What is needed ::
Copy out the lines of the records below, and only those lines, from the one with "v -25.4 0 -304.8" through the one with "v 22.558 -4.487 -457.2", exactly as they appear.

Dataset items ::
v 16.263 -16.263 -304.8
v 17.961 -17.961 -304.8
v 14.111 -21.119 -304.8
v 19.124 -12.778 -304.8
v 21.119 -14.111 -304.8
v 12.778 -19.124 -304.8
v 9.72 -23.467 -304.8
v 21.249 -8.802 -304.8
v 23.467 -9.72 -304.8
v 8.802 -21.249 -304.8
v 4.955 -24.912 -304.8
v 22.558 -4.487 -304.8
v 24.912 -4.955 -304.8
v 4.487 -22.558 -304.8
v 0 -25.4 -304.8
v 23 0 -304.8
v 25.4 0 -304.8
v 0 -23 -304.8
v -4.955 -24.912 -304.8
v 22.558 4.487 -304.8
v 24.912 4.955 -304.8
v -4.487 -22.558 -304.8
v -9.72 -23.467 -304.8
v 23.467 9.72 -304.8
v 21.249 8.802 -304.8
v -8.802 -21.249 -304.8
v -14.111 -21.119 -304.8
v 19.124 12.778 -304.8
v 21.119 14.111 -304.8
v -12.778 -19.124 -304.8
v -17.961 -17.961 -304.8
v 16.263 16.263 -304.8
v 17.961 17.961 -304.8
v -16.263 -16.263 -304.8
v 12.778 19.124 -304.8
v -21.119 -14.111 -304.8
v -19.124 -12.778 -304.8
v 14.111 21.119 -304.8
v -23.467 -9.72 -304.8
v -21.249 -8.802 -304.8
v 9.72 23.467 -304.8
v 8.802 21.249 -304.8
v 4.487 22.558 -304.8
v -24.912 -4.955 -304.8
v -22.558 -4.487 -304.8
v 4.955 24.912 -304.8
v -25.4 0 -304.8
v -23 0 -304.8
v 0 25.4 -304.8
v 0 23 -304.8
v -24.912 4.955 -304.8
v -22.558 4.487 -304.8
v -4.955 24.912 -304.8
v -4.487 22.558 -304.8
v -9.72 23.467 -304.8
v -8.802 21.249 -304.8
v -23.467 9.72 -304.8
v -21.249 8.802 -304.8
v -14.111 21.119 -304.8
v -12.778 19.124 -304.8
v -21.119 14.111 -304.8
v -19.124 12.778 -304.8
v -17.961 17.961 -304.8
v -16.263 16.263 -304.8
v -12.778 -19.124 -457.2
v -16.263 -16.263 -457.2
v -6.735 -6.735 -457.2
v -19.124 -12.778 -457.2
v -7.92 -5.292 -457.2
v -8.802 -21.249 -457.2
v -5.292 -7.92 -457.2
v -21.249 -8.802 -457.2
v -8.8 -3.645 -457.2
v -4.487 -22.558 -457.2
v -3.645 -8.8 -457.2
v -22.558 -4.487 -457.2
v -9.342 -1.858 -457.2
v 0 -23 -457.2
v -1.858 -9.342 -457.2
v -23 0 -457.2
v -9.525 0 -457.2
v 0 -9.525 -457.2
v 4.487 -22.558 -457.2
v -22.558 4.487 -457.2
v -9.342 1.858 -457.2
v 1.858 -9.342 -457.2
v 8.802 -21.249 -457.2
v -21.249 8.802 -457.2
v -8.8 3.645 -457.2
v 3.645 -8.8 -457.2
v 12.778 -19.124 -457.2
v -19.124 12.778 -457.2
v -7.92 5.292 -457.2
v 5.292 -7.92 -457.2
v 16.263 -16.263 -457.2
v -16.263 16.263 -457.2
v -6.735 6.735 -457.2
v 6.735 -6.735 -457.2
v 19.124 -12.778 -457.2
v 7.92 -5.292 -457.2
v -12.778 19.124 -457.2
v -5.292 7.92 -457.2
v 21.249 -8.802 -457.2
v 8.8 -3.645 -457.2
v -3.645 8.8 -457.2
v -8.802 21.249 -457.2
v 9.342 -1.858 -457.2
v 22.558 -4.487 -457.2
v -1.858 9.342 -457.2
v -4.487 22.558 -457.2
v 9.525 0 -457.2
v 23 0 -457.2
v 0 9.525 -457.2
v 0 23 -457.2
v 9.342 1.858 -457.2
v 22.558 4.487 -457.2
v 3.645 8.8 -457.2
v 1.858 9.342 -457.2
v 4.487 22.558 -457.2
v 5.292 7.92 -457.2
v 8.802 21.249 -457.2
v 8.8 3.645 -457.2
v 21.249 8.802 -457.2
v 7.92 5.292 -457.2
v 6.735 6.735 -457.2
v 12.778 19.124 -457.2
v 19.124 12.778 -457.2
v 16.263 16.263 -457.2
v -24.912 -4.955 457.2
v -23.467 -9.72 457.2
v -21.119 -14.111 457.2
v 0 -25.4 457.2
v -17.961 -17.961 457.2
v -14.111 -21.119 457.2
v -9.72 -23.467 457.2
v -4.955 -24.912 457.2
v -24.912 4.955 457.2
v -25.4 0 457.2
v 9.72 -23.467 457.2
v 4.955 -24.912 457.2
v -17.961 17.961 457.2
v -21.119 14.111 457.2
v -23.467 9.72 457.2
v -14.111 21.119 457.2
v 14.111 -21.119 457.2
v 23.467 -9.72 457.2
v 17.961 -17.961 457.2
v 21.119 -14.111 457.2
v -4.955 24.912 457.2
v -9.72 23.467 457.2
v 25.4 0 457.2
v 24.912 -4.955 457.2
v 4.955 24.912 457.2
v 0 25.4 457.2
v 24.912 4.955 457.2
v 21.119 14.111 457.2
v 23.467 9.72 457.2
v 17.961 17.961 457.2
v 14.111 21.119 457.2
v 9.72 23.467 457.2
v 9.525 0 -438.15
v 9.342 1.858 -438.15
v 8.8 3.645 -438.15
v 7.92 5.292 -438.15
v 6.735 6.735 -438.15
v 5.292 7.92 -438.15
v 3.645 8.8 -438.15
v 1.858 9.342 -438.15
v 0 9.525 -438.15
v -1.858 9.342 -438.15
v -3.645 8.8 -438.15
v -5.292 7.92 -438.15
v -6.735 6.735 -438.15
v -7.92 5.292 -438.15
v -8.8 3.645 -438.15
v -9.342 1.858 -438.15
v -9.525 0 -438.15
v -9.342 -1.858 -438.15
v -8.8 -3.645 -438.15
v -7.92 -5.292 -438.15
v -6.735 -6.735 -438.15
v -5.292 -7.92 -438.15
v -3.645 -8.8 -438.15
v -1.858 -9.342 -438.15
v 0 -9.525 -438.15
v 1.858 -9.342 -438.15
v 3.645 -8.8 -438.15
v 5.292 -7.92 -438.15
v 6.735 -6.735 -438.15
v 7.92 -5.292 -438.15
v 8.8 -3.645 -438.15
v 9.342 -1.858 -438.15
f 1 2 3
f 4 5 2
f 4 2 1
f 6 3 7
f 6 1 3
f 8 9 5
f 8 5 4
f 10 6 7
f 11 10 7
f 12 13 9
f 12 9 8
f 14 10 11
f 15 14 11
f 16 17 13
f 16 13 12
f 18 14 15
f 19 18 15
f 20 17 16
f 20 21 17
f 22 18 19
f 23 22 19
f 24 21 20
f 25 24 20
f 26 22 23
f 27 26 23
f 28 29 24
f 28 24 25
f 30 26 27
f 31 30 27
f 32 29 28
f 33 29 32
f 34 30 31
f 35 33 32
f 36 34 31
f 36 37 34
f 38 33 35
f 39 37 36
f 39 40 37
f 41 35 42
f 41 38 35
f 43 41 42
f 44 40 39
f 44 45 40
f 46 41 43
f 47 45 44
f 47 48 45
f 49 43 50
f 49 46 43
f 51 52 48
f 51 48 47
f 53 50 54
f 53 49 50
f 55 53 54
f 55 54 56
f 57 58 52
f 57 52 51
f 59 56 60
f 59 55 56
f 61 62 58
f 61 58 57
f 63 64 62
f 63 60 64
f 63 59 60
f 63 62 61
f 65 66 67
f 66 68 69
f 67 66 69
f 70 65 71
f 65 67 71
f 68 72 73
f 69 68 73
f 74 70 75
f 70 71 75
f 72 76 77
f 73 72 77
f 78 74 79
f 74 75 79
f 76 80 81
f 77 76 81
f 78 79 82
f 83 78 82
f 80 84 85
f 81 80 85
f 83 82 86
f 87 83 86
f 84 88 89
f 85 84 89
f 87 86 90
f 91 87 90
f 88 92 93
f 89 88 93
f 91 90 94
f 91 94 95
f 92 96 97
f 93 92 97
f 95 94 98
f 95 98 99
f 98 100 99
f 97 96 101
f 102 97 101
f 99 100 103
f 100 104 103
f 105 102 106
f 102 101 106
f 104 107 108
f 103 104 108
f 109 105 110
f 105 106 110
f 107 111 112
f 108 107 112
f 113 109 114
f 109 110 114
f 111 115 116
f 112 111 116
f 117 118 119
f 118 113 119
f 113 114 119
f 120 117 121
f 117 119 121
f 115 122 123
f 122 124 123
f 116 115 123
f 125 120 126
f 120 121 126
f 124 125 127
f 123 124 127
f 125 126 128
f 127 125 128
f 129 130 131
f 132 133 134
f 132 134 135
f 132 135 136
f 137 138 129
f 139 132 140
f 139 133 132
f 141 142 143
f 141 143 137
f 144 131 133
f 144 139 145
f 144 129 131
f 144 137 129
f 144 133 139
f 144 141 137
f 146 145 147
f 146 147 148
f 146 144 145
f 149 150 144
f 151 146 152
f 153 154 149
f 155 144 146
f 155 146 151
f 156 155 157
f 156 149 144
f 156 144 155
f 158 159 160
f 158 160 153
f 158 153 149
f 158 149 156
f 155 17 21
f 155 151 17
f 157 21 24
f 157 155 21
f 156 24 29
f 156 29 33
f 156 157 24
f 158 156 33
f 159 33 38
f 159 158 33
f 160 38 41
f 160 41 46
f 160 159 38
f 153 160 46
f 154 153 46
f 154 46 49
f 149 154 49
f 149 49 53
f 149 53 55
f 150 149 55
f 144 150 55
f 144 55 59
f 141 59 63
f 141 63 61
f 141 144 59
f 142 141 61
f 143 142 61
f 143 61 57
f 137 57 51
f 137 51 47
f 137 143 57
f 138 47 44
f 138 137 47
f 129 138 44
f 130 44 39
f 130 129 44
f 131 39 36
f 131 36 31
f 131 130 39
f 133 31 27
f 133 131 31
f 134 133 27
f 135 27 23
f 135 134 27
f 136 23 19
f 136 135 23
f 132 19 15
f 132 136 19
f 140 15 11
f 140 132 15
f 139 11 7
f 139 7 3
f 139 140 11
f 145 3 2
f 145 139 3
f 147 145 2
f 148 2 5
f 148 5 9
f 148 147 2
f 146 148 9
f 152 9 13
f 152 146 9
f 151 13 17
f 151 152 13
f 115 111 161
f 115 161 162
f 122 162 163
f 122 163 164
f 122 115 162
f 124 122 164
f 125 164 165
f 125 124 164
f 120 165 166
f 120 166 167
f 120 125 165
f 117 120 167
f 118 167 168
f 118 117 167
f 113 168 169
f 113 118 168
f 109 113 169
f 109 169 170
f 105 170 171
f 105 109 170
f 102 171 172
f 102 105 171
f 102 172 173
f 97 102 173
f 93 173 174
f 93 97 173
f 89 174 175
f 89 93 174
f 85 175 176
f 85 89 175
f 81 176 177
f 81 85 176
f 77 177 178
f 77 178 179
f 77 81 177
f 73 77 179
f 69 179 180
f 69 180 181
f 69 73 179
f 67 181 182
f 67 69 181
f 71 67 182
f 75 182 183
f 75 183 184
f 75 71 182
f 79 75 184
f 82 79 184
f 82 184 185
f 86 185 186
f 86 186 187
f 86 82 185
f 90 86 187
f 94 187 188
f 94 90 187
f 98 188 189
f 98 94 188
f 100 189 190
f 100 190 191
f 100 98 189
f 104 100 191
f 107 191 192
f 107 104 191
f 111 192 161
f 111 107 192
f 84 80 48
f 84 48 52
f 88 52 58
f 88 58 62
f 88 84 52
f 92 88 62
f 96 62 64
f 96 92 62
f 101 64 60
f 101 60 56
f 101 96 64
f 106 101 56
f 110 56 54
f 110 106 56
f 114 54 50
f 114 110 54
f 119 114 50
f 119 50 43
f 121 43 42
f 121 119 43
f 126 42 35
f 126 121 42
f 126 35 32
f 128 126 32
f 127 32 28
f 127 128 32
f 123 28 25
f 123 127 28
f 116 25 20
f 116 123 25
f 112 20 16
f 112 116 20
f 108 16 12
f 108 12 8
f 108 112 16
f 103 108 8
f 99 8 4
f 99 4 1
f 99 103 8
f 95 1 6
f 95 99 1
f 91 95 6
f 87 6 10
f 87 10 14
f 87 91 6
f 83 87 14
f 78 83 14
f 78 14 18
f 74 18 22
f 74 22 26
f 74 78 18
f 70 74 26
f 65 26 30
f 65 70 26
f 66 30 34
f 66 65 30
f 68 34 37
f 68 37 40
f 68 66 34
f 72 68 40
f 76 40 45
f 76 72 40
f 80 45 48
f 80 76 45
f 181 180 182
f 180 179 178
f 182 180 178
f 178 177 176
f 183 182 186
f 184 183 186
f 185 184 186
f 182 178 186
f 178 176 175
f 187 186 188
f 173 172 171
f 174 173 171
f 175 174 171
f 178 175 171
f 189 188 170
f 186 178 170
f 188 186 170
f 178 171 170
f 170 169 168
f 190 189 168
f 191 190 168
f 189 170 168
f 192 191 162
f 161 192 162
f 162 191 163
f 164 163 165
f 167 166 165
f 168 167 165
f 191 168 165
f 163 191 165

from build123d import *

# Parameters (mm, degrees)
SKETCH3_R                = 25.4
BOSS_EXTRUDE1_DEPTH      = 457.2
BOSS_EXTRUDE1_DEPTH_BACK = 457.2
SKETCH4_R                = 9.525
CUT_EXTRUDE2_DEPTH       = 19.05
SKETCH5_R                = 25.4
SKETCH5_R_2              = 23
CUT_EXTRUDE3_DEPTH       = 152.4


with BuildPart() as part:
    # Sketch3 → Boss-Extrude1 (new body, two sides)
    with BuildSketch(Plane.XY) as boss_extrude1_sk:
        Circle(SKETCH3_R)
    extrude(amount=BOSS_EXTRUDE1_DEPTH)
    extrude(boss_extrude1_sk.sketch, amount=-BOSS_EXTRUDE1_DEPTH_BACK)

    # Sketch4 → Cut-Extrude2 (cut)
    with BuildSketch(Plane.XY.offset(-457.2)):
        Circle(SKETCH4_R)
    extrude(amount=CUT_EXTRUDE2_DEPTH, mode=Mode.SUBTRACT)

    # Sketch5 → Cut-Extrude3 (cut)
    with BuildSketch(Plane(origin=(0, 0, -457.2), x_dir=(-1, 0, 0), z_dir=(0, 0, -1))):
        Circle(SKETCH5_R)
        Circle(SKETCH5_R_2, mode=Mode.SUBTRACT)
    extrude(amount=-CUT_EXTRUDE3_DEPTH, mode=Mode.SUBTRACT)


solid = part.part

Response area ::
v -25.4 0 -304.8
v -23 0 -304.8
v 0 25.4 -304.8
v 0 23 -304.8
v -24.912 4.955 -304.8
v -22.558 4.487 -304.8
v -4.955 24.912 -304.8
v -4.487 22.558 -304.8
v -9.72 23.467 -304.8
v -8.802 21.249 -304.8
v -23.467 9.72 -304.8
v -21.249 8.802 -304.8
v -14.111 21.119 -304.8
v -12.778 19.124 -304.8
v -21.119 14.111 -304.8
v -19.124 12.778 -304.8
v -17.961 17.961 -304.8
v -16.263 16.263 -304.8
v -12.778 -19.124 -457.2
v -16.263 -16.263 -457.2
v -6.735 -6.735 -457.2
v -19.124 -12.778 -457.2
v -7.92 -5.292 -457.2
v -8.802 -21.249 -457.2
v -5.292 -7.92 -457.2
v -21.249 -8.802 -457.2
v -8.8 -3.645 -457.2
v -4.487 -22.558 -457.2
v -3.645 -8.8 -457.2
v -22.558 -4.487 -457.2
v -9.342 -1.858 -457.2
v 0 -23 -457.2
v -1.858 -9.342 -457.2
v -23 0 -457.2
v -9.525 0 -457.2
v 0 -9.525 -457.2
v 4.487 -22.558 -457.2
v -22.558 4.487 -457.2
v -9.342 1.858 -457.2
v 1.858 -9.342 -457.2
v 8.802 -21.249 -457.2
v -21.249 8.802 -457.2
v -8.8 3.645 -457.2
v 3.645 -8.8 -457.2
v 12.778 -19.124 -457.2
v -19.124 12.778 -457.2
v -7.92 5.292 -457.2
v 5.292 -7.92 -457.2
v 16.263 -16.263 -457.2
v -16.263 16.263 -457.2
v -6.735 6.735 -457.2
v 6.735 -6.735 -457.2
v 19.124 -12.778 -457.2
v 7.92 -5.292 -457.2
v -12.778 19.124 -457.2
v -5.292 7.92 -457.2
v 21.249 -8.802 -457.2
v 8.8 -3.645 -457.2
v -3.645 8.8 -457.2
v -8.802 21.249 -457.2
v 9.342 -1.858 -457.2
v 22.558 -4.487 -457.2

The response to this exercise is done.